- The data:
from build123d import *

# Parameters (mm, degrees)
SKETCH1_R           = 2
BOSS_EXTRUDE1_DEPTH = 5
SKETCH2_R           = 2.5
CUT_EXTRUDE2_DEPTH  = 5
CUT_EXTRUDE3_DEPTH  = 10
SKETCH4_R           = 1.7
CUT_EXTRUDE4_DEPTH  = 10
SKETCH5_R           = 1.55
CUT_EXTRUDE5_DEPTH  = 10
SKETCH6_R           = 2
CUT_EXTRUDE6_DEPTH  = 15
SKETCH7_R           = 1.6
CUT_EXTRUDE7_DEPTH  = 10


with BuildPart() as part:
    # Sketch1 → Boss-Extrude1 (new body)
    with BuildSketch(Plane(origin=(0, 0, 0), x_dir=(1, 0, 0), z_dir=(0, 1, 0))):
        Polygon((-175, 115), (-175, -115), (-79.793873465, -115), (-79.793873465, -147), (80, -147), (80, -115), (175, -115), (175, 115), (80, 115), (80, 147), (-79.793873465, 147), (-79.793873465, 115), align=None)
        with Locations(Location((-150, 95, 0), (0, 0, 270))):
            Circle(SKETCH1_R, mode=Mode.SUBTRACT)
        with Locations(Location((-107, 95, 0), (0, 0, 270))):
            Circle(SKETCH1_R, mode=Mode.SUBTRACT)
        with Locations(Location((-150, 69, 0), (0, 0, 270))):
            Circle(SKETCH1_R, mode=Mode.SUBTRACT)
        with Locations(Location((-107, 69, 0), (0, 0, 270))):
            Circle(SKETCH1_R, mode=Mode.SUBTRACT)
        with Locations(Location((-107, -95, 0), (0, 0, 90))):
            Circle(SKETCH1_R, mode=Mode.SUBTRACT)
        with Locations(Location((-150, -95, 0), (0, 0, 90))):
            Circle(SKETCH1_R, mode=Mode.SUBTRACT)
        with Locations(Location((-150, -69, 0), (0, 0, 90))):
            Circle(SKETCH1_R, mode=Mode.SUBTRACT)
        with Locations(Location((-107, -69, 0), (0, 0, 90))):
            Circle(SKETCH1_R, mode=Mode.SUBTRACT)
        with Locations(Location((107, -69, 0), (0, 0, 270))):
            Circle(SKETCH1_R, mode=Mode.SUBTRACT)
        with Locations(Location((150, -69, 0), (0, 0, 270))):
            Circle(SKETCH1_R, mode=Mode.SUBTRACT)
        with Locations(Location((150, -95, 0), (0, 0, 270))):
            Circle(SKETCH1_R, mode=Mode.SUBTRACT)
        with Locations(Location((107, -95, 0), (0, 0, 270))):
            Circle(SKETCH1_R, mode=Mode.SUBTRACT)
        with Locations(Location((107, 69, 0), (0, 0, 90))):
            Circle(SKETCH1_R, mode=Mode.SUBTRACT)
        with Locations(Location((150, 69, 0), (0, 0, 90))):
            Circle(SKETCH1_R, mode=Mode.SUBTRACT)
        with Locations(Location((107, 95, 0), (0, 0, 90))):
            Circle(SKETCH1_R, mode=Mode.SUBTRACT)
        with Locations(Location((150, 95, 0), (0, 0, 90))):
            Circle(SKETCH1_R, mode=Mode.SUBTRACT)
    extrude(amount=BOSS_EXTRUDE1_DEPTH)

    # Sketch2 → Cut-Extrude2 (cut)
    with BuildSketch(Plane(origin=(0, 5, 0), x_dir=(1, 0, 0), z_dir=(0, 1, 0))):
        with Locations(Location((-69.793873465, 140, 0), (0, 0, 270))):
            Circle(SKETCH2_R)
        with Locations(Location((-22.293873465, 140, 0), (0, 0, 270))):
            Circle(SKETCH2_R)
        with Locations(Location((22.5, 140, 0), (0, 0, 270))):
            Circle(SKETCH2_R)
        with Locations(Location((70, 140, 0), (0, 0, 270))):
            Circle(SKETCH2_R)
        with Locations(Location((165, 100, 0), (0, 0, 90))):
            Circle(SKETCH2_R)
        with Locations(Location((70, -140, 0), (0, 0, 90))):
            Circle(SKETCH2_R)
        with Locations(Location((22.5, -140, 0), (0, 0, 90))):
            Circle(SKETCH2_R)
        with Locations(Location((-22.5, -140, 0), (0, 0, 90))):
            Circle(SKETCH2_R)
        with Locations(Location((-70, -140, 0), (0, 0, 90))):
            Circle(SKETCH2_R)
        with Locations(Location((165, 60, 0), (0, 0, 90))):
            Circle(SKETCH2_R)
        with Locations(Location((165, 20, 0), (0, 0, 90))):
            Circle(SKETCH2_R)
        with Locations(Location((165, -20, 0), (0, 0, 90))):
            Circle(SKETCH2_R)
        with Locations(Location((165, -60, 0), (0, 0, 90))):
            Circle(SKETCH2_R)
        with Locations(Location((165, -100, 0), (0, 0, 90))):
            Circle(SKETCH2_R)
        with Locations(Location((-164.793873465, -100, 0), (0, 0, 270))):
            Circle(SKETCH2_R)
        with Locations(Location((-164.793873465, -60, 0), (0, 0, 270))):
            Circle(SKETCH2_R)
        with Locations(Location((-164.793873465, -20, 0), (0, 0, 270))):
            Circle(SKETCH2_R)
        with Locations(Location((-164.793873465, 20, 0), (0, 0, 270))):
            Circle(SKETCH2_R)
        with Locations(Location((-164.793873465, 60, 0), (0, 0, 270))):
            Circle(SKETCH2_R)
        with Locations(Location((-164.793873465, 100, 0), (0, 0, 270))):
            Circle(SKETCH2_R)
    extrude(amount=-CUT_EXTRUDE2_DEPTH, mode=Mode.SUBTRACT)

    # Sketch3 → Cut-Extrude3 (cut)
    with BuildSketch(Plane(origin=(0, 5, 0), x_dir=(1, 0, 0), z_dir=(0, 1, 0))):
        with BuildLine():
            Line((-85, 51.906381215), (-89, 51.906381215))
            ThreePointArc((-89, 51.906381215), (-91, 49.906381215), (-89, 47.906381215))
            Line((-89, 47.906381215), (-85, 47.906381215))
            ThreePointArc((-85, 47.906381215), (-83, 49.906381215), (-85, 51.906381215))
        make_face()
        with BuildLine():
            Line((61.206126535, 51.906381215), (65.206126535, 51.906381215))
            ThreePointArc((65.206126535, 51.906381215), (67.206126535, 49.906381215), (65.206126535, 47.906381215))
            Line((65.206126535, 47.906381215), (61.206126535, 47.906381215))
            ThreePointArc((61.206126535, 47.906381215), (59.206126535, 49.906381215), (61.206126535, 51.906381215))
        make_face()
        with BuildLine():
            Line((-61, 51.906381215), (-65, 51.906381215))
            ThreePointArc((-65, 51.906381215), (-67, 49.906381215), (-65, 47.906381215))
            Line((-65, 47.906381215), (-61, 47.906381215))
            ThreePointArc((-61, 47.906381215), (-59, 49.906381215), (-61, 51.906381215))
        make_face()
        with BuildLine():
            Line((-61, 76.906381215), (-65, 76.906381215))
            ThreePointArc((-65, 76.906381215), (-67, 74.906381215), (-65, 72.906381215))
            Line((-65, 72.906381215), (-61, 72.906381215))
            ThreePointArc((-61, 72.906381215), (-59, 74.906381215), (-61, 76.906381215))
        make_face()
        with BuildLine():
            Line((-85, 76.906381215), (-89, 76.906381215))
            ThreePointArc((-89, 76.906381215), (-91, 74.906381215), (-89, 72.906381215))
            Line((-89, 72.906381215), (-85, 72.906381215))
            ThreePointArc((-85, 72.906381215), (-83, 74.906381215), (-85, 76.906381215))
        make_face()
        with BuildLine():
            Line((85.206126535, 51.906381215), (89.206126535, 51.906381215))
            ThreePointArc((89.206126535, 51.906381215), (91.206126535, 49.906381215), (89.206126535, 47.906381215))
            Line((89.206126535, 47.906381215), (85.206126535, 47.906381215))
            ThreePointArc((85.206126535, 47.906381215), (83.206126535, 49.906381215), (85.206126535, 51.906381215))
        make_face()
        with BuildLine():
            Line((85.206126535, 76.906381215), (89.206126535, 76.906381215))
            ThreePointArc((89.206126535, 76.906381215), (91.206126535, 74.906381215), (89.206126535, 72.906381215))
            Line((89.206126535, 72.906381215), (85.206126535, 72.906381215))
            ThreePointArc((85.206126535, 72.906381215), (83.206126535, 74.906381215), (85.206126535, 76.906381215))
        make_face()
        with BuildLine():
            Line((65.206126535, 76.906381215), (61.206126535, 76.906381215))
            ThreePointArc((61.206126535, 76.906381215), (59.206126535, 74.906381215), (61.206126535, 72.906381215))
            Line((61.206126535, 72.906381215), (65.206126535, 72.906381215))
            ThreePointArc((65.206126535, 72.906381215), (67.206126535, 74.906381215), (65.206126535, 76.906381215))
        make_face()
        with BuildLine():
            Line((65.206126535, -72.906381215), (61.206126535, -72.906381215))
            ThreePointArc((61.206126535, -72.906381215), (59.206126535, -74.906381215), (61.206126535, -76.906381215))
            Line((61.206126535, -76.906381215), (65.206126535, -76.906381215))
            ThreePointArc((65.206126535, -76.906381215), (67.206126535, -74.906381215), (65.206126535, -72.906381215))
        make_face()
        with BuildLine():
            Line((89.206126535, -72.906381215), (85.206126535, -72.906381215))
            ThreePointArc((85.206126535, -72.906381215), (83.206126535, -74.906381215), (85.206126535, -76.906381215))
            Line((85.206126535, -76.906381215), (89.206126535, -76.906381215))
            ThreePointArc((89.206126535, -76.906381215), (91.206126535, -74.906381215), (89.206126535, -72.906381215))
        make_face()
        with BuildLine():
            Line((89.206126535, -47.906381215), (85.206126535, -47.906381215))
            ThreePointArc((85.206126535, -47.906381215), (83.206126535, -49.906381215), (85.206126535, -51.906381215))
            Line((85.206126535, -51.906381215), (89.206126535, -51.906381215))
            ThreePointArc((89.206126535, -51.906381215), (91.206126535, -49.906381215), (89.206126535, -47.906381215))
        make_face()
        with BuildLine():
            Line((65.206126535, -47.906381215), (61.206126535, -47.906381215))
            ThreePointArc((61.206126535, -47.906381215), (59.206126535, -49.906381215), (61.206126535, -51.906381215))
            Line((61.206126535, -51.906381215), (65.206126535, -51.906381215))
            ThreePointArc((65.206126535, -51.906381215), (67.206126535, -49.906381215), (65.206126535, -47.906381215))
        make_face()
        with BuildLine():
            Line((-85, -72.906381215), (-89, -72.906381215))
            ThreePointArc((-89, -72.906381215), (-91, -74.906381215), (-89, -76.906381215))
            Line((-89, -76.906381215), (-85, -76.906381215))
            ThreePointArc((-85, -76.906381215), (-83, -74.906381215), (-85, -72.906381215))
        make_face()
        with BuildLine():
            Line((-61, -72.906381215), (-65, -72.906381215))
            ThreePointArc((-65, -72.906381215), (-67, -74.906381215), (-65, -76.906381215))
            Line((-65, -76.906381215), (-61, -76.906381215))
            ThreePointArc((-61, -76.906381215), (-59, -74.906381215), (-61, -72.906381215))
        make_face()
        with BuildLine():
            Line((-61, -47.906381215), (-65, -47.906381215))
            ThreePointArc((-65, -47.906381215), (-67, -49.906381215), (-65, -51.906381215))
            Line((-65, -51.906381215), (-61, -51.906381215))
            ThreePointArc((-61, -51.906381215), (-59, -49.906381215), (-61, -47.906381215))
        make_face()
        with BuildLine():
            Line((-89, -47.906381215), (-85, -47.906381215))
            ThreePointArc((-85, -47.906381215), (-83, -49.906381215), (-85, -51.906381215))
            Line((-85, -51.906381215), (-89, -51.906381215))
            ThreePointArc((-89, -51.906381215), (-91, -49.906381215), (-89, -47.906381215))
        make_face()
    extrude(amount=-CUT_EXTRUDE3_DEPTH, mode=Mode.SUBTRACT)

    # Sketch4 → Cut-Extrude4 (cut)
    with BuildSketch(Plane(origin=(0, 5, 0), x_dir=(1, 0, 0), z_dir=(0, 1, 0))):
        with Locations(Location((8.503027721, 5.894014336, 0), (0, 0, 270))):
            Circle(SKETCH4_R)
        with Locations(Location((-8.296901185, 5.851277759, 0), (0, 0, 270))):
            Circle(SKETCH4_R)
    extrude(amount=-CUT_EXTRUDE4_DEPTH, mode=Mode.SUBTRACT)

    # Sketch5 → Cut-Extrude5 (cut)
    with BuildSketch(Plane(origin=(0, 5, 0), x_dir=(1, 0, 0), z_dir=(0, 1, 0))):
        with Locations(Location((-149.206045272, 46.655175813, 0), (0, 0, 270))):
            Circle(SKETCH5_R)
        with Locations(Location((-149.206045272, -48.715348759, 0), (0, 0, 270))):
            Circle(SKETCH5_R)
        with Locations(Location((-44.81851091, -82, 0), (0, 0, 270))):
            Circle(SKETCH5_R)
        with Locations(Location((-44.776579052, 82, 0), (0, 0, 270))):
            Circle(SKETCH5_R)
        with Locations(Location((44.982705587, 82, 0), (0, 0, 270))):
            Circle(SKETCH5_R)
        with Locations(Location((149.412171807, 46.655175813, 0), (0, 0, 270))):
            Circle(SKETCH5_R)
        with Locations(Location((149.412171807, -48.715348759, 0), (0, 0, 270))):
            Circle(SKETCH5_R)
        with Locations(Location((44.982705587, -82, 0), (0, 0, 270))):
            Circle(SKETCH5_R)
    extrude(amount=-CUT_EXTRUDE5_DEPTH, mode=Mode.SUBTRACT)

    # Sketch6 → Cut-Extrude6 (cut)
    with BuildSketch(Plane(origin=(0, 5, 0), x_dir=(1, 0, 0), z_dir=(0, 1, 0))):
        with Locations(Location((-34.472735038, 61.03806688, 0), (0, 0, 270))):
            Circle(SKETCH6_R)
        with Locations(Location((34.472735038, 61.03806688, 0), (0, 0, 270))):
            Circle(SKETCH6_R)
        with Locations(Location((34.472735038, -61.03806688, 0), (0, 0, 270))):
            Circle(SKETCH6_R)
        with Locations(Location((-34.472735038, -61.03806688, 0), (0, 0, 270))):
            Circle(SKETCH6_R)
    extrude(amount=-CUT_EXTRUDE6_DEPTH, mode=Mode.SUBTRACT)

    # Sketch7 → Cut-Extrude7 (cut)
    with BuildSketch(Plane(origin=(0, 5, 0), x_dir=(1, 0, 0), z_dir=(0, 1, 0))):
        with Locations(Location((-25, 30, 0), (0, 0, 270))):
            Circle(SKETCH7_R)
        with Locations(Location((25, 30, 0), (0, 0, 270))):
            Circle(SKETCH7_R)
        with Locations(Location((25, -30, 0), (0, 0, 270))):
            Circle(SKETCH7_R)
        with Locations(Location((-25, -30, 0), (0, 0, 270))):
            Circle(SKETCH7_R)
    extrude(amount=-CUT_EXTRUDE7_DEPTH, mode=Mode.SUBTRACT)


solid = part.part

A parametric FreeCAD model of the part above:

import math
import FreeCAD as App
import Part
import Sketcher

doc = App.newDocument("Part")
body = doc.addObject("PartDesign::Body", "Body")

# Sketch on XZ plane
sketch1 = body.newObject("Sketcher::SketchObject", "Sketch")
sketch1.AttachmentSupport = (doc.getObject("XZ_Plane"), [""])
sketch1.MapMode = "FlatFace"
sketch1.addGeometry([
    Part.LineSegment(App.Vector(-175, -115, 0), App.Vector(-175, 115, 0)),  # 0
    Part.LineSegment(App.Vector(-175, 115, 0), App.Vector(-79.8, 115, 0)),  # 1
    Part.LineSegment(App.Vector(-79.8, 115, 0), App.Vector(-79.8, 147, 0)),  # 2
    Part.LineSegment(App.Vector(-79.8, 147, 0), App.Vector(80, 147, 0)),  # 3
    Part.LineSegment(App.Vector(80, 147, 0), App.Vector(80, 115, 0)),  # 4
    Part.LineSegment(App.Vector(80, 115, 0), App.Vector(175, 115, 0)),  # 5
    Part.LineSegment(App.Vector(175, 115, 0), App.Vector(175, -115, 0)),  # 6
    Part.LineSegment(App.Vector(175, -115, 0), App.Vector(80, -115, 0)),  # 7
    Part.LineSegment(App.Vector(80, -115, 0), App.Vector(80, -147, 0)),  # 8
    Part.LineSegment(App.Vector(80, -147, 0), App.Vector(-79.8, -147, 0)),  # 9
    Part.LineSegment(App.Vector(-79.8, -147, 0), App.Vector(-79.8, -115, 0)),  # 10
    Part.LineSegment(App.Vector(-79.8, -115, 0), App.Vector(-175, -115, 0)),  # 11
    Part.Circle(App.Vector(-150, 95, 0), App.Vector(0, 0, 1), 2),  # 12
    Part.Circle(App.Vector(-107, 95, 0), App.Vector(0, 0, 1), 2),  # 13
    Part.Circle(App.Vector(-150, 69, 0), App.Vector(0, 0, 1), 2),  # 14
    Part.Circle(App.Vector(-107, 69, 0), App.Vector(0, 0, 1), 2),  # 15
    Part.Circle(App.Vector(107, 95, 0), App.Vector(0, 0, 1), 2),  # 16
    Part.Circle(App.Vector(150, 95, 0), App.Vector(0, 0, 1), 2),  # 17
    Part.Circle(App.Vector(107, 69, 0), App.Vector(0, 0, 1), 2),  # 18
    Part.Circle(App.Vector(150, 69, 0), App.Vector(0, 0, 1), 2),  # 19
    Part.Circle(App.Vector(-150, -69, 0), App.Vector(0, 0, 1), 2),  # 20
    Part.Circle(App.Vector(-107, -69, 0), App.Vector(0, 0, 1), 2),  # 21
    Part.Circle(App.Vector(-150, -95, 0), App.Vector(0, 0, 1), 2),  # 22
    Part.Circle(App.Vector(-107, -95, 0), App.Vector(0, 0, 1), 2),  # 23
    Part.Circle(App.Vector(107, -69, 0), App.Vector(0, 0, 1), 2),  # 24
    Part.Circle(App.Vector(150, -69, 0), App.Vector(0, 0, 1), 2),  # 25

- Goal of the exercise: Which lines of the listing contain the string "amount"? Copy each of them.

- Completed exercise:
    extrude(amount=BOSS_EXTRUDE1_DEPTH)
    extrude(amount=-CUT_EXTRUDE2_DEPTH, mode=Mode.SUBTRACT)
    extrude(amount=-CUT_EXTRUDE3_DEPTH, mode=Mode.SUBTRACT)
    extrude(amount=-CUT_EXTRUDE4_DEPTH, mode=Mode.SUBTRACT)
    extrude(amount=-CUT_EXTRUDE5_DEPTH, mode=Mode.SUBTRACT)
    extrude(amount=-CUT_EXTRUDE6_DEPTH, mode=Mode.SUBTRACT)
    extrude(amount=-CUT_EXTRUDE7_DEPTH, mode=Mode.SUBTRACT)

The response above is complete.